Records for this exercise section start

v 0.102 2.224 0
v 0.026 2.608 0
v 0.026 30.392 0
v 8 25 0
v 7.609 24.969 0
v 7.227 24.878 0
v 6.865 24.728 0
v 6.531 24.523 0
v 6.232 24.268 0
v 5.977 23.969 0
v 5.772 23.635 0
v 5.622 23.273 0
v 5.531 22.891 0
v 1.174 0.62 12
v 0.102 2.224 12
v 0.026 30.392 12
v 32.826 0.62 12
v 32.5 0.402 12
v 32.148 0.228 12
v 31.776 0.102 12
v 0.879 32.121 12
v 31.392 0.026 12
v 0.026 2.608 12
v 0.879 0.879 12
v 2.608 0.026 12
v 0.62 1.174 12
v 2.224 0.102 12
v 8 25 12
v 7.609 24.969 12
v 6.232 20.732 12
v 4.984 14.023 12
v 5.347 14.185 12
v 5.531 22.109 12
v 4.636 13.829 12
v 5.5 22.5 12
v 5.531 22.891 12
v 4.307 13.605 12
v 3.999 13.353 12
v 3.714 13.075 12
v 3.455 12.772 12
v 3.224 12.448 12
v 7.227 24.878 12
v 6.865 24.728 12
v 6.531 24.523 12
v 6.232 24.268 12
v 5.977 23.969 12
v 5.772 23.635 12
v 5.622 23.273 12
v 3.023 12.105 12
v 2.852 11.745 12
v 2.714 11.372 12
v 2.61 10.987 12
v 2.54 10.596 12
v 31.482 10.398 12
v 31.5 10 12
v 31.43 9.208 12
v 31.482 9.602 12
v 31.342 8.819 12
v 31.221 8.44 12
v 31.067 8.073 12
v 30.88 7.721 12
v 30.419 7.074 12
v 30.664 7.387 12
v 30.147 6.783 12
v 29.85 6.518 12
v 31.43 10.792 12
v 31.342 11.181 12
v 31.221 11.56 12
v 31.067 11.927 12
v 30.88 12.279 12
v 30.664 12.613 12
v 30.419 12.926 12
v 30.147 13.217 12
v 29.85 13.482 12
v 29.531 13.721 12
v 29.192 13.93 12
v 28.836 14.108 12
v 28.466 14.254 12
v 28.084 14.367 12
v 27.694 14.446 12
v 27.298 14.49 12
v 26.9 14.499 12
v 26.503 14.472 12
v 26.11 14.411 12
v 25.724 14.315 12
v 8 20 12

Records for this exercise section end
Records for this exercise section start

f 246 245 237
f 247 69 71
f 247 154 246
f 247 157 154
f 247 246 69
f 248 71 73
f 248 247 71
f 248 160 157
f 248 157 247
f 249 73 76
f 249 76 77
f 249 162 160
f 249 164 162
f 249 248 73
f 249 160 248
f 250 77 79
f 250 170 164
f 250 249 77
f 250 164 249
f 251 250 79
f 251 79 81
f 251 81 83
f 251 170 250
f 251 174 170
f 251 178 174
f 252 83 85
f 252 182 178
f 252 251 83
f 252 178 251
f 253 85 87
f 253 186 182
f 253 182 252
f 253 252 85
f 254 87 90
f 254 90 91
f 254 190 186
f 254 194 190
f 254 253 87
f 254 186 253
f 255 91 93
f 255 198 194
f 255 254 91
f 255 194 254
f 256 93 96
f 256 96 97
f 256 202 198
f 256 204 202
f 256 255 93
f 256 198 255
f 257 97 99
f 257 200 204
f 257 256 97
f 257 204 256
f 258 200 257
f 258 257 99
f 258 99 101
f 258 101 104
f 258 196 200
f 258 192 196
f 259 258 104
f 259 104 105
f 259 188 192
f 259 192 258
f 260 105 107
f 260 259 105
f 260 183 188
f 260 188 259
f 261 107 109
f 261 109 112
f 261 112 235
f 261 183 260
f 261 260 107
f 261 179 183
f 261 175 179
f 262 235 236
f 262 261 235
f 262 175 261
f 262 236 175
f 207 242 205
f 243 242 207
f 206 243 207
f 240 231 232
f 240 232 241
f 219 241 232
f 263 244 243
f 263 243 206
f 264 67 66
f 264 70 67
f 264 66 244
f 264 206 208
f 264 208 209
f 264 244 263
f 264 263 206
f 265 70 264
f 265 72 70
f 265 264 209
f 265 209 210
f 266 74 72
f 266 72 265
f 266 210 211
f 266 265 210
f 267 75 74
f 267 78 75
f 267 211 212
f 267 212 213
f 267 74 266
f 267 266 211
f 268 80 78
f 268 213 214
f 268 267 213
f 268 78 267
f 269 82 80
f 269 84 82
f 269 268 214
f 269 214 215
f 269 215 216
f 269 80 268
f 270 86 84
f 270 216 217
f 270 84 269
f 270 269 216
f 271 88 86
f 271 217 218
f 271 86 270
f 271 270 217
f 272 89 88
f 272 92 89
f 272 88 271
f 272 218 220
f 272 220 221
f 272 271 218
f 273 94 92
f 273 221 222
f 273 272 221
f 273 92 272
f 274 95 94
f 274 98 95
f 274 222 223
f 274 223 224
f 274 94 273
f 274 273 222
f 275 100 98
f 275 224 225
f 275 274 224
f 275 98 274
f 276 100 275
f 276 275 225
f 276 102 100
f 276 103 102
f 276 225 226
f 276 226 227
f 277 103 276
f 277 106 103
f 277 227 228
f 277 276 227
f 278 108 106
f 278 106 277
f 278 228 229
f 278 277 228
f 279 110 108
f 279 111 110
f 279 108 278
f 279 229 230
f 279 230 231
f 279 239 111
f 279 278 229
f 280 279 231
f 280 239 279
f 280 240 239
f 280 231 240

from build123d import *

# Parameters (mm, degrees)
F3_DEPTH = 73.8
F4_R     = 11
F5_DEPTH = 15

Records for this exercise section end
Records for this exercise section start

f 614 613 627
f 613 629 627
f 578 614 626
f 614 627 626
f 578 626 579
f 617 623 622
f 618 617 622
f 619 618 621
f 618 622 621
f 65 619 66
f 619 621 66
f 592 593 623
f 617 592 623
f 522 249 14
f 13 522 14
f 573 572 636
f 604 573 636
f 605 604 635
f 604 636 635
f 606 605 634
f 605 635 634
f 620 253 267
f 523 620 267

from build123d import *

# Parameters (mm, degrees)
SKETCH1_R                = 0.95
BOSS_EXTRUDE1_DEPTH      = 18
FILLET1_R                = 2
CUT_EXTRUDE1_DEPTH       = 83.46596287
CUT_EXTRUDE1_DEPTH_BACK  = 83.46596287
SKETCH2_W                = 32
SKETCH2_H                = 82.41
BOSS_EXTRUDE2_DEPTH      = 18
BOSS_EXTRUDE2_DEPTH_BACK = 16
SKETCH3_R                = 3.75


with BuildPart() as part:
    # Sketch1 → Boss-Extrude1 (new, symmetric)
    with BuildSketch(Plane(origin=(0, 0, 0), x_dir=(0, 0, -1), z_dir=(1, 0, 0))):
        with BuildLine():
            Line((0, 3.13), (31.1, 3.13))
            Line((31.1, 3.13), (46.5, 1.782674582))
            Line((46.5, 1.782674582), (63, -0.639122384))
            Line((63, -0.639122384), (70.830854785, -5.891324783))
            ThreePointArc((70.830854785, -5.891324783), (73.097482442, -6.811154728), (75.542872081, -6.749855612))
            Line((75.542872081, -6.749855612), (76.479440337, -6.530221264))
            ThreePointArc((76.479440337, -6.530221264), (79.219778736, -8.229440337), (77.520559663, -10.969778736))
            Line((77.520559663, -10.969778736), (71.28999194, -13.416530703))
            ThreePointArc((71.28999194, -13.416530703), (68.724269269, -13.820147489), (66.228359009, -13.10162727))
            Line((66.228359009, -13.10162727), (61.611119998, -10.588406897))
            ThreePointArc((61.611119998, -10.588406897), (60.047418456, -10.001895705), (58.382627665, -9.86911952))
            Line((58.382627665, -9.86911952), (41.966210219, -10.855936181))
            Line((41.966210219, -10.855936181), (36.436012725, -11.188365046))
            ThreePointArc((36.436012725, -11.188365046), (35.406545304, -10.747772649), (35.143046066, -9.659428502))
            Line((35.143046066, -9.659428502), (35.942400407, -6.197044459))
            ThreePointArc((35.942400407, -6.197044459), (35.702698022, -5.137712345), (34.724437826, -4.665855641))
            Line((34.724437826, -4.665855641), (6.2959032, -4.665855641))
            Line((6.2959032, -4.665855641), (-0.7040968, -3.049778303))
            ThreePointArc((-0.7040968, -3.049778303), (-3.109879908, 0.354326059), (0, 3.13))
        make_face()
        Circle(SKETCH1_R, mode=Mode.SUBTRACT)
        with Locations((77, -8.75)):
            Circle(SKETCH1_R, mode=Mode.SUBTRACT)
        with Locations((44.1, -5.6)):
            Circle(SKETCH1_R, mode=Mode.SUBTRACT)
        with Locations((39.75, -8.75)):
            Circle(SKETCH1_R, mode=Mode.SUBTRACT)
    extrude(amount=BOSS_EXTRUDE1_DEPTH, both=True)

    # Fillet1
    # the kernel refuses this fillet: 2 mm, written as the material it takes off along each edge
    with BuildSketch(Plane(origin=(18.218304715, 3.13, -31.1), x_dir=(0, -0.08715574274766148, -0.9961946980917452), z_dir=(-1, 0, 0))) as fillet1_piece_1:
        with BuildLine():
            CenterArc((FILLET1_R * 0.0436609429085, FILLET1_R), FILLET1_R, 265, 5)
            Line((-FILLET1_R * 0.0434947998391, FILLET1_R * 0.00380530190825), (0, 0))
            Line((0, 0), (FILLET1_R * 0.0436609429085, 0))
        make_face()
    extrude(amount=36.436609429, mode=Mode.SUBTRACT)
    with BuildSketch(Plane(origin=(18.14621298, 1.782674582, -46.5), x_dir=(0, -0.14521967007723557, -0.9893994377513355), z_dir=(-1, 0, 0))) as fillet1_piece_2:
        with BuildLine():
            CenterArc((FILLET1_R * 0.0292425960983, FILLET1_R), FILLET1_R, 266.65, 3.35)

Records for this exercise section end

| What this task involves |
Working from the listing above, pick out every line that has "Plane" and copy it.

| Output for this task |
    with BuildSketch(Plane(origin=(0, 0, 0), x_dir=(0, 0, -1), z_dir=(1, 0, 0))):
    with BuildSketch(Plane(origin=(18.218304715, 3.13, -31.1), x_dir=(0, -0.08715574274766148, -0.9961946980917452), z_dir=(-1, 0, 0))) as fillet1_piece_1:
    with BuildSketch(Plane(origin=(18.14621298, 1.782674582, -46.5), x_dir=(0, -0.14521967007723557, -0.9893994377513355), z_dir=(-1, 0, 0))) as fillet1_piece_2:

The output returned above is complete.